I promise to follow all directions!
Catherine in Arlington.


----------



## turbomkt (Mar 31, 2004)

Catherine,
That's a nice start, and you've done things right to get the bio-media moved over (rings, sponge, etc). I think the two fish should be fine with that size tank. My only concern is you might be a tad low on lights. It shouldn't be horrible with the plants you've got, but I'm not sure what you have coming from Singapore.

In the long run, I think you'll find the 130g is much easier to keep straight than the 20g was. You have a lot more room to recover from error. $.02.


----------



## Catherine (Feb 22, 2006)

Here is some clarification...I ordered: Small for foreground, Glosso x2,Hemianthus callitrichoides (2 to start). 20 Vallisneria natans, 10 Tonina sp. 'Belem, Crypt beckettii', Crypt wendtii 'Mi Oya', 10 Crypt 'balansae', Echinodorus 'Rose', Echinodorus 'Ozelot', 20 Echinodorus tenellus. 

The compact flourescent bulbs are the 4 prongs with one blue bulb side (I think actinic?) and one white. There are 2 of them, and they are labelled 10,000 and 96w. I know this only puts me at 1.4 w/gal.. not very much. It is a long fixture, the full 72". 
How could I increase lighting, while keeping this fixture? I have to do this all on a budget.. Hubby doesn't share my enthusiasm for tanks.
What do I need to do to avoid algae?
How long before I can add more discus? 
Thanks!


----------



## turbomkt (Mar 31, 2004)

I think you're going to be disappointed if you can't change your fixture - unless it is a retrofit inside a hood. Is it?

You can get a little better off by changing out the bulbs. The blue/white combination isn't going to be as much usable light as a lower K rated bulb. You should be able to find a 6500K or 6700K bulb that works.


----------



## milalic (Aug 26, 2005)

turbomkt said:


> I think you're going to be disappointed if you can't change your fixture - unless it is a retrofit inside a hood. Is it?
> 
> You can get a little better off by changing out the bulbs. The blue/white combination isn't going to be as much usable light as a lower K rated bulb. You should be able to find a 6500K or 6700K bulb that works.

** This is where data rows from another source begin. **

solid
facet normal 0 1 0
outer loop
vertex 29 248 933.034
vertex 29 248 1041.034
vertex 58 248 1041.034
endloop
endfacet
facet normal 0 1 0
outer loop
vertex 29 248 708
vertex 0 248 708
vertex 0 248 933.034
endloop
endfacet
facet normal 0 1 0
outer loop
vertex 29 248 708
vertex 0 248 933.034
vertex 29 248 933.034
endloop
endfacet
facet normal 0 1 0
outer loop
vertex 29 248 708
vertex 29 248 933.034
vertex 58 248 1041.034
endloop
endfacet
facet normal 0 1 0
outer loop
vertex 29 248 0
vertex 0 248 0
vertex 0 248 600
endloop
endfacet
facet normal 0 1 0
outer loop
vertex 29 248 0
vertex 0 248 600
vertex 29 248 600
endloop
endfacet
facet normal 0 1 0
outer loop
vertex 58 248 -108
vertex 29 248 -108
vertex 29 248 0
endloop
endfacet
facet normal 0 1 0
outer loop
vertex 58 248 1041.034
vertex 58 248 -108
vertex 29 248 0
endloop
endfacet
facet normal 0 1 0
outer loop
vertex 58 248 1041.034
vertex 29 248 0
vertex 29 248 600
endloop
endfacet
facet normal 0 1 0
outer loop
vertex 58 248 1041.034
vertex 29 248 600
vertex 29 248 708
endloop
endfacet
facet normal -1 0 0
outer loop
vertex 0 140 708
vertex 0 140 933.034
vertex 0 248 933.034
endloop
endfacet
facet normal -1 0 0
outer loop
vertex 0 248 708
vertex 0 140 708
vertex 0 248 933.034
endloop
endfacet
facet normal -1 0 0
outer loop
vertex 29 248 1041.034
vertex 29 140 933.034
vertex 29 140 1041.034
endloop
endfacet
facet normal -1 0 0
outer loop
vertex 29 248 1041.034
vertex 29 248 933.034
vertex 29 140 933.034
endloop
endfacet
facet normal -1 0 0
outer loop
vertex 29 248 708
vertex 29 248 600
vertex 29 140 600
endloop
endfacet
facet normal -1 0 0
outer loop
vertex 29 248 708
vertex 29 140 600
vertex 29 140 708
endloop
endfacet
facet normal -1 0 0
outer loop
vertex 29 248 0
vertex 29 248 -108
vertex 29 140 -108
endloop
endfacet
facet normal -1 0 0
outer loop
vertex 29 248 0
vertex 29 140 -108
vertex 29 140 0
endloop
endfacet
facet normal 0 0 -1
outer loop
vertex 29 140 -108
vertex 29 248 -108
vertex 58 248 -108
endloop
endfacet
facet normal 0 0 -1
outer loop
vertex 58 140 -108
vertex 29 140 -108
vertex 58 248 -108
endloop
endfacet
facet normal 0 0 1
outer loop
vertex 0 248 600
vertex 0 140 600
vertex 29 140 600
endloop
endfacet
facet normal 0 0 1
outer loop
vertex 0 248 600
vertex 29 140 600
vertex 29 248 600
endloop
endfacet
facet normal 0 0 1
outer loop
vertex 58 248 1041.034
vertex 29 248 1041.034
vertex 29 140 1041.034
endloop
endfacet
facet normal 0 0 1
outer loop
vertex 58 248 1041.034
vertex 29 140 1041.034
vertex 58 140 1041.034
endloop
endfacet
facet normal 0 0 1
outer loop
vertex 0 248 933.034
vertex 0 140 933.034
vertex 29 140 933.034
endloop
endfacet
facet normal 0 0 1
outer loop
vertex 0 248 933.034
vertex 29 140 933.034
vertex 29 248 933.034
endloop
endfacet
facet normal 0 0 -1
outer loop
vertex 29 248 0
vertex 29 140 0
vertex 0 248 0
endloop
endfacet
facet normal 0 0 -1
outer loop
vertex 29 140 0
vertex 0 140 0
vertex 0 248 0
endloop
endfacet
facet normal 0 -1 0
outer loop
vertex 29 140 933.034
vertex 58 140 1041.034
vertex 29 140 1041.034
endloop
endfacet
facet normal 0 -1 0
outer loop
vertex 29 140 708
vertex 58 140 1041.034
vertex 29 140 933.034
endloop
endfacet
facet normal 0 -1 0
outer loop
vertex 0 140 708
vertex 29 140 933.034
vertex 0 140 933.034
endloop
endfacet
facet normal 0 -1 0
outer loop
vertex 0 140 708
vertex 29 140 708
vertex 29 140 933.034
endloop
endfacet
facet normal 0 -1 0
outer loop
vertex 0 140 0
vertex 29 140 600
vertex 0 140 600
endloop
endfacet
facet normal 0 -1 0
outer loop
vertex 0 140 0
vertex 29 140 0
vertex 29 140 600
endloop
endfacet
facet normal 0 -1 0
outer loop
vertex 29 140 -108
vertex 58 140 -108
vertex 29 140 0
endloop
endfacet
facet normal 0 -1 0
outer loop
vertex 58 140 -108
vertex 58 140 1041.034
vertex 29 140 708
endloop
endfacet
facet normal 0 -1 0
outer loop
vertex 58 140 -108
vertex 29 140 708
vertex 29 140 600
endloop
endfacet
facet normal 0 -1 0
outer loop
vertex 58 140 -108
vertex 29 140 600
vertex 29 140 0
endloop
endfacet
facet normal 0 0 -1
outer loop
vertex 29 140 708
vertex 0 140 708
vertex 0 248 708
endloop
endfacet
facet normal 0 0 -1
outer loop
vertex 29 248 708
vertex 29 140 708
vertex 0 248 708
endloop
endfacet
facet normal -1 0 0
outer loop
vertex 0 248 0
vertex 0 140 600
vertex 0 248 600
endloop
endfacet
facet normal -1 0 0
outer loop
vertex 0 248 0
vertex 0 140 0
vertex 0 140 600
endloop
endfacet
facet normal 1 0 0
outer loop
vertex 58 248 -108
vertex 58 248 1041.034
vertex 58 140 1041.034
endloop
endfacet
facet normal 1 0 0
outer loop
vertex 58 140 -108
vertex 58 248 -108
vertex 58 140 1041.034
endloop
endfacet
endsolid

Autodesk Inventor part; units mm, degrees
ref_plane "Work Plane1" through (0, 0, 0) normal (0, 0, 1) x (1, 0, 0)
sketch "Sketch1" plane through (0, 0, 0) normal (0, 0, 1) x (1, 0, 0)
  line L0 (29, 140) -> (29, 248) projected
  line L1 (29, 248) -> (58, 248) projected
  line L2 (29, 248) -> (58, 248) projected
  line L3 (58, 248) -> (58, 410) projected
  line L4 (0, 410) -> (58, 410) projected
  line L5 (0, -410) -> (0, 410) projected
  line L6 (58, -410) -> (0, -410) projected
  line L7 (58, -410) -> (58, -252) projected
  line L8 (58, -252) -> (29, -252) projected
  line L9 (29, -252) -> (29, -144) projected
  line L10 (29, -144) -> (58, -144) projected
  line L11 (58, -144) -> (58, 140) projected
  line L12 (58, 140) -> (29, 140) projected
  line L13 (29, 140) -> (29, 248) projected
  line L14 (58, 140) -> (29, 140) projected
  line L15 (58, 140) -> (0, 140)
  line L16 (0, 140) -> (0, 248)
  line L17 (0, 248) -> (58, 248)
  line L18 (58, 248) -> (58, 140)
  point P0 (0, 0)
ref_plane "Work Plane2" through (0, -410, -108) normal (0, 0, -1) x (0, 1, 0)
ref_plane "Work Plane3" through (0, -410, 1041.034) normal (0, 0, 1) x (1, 0, 0)
extrude "Extrusion1" add sketch "Sketch1" along normal up to surface (1149.034 mm away) from surface at -108 contours L15 L5 L17 L0 | L0 L1 L18 L12
sketch "Sketch2" plane through (0, 140, 1041.034) normal (-1, 0, 0) x (0, 0, 1)
  line L0 (-1041.034, -550) -> (-1041.034, 270) projected
  line L1 (-1149.034, 270) -> (-1041.034, 270) projected
  line L2 (-1149.034, -550) -> (-1149.034, 270) projected
  line L3 (-1041.034, -550) -> (-1149.034, -550) projected
  line L4 (-333.034, -550) -> (-333.034, 270) projected
  line L5 (-441.034, 270) -> (-333.034, 270) projected
  line L6 (-441.034, -550) -> (-441.034, 270) projected
  line L7 (-333.034, -550) -> (-441.034, -550) projected
  line L8 (0, -550) -> (0, 270) projected
  line L9 (-108, 270) -> (0, 270) projected
  line L10 (-108, -550) -> (-108, 270) projected
  line L11 (0, -550) -> (-108, -550) projected
  line L12 (0, 0) -> (0, 108) projected
  line L13 (-1149.034, 108) -> (0, 108) projected
  line L14 (-1149.034, 108) -> (-1149.034, 0) projected
  line L15 (-1149.034, 0) -> (0, 0) projected
  line L16 (-1041.034, 0) -> (-1149.034, 0)
  line L17 (-1149.034, 0) -> (-1149.034, 108)
  line L18 (-1149.034, 108) -> (-1041.034, 108)
  line L19 (-1041.034, 108) -> (-1041.034, 0)
  line L20 (-1149.034, 108) -> (0, 108) projected
  line L21 (-441.034, 108) -> (-333.034, 108)
  line L22 (-333.034, 108) -> (-333.034, 0)
  line L23 (-333.034, 0) -> (-441.034, 0)
  line L24 (-441.034, 0) -> (-441.034, 108)
  line L25 (-1149.034, 0) -> (0, 0) projected
  line L26 (0, 0) -> (0, 108) projected
  line L27 (-108, 0) -> (0, 0)
  line L28 (0, 0) -> (0, 108)
  line L29 (0, 108) -> (-108, 108)
  line L30 (-108, 108) -> (-108, 0)
  point P0 (-1041.034, -140)
ref_plane "Work Plane4" through (29, 140, 933.034) normal (1, 0, 0) x (0, 1, 0)
extrude "Extrusion2" cut sketch "Sketch2" against normal up to surface (29 mm away) contours L15 L2 L13 L0 | L6 L13 L4 L15 | L10 L13 L8 L15
properties part number "horizontalUnderSink" material "Wood (Birch)"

I think the watt per gallon rule does not work after 75-100g tanks. You need to change the bulbs to 6500K or 6700K.


----------



## DonaldmBoyer (Aug 18, 2005)

Buy more lights!! You're going to need it, especially if you keep Tonina and glosso!!! What's your pH? I know Tonina needs pretty acidic water to thrive......you may want to get something different, if you can! And consider E. Tennelus for a foreground plant instead of glosso.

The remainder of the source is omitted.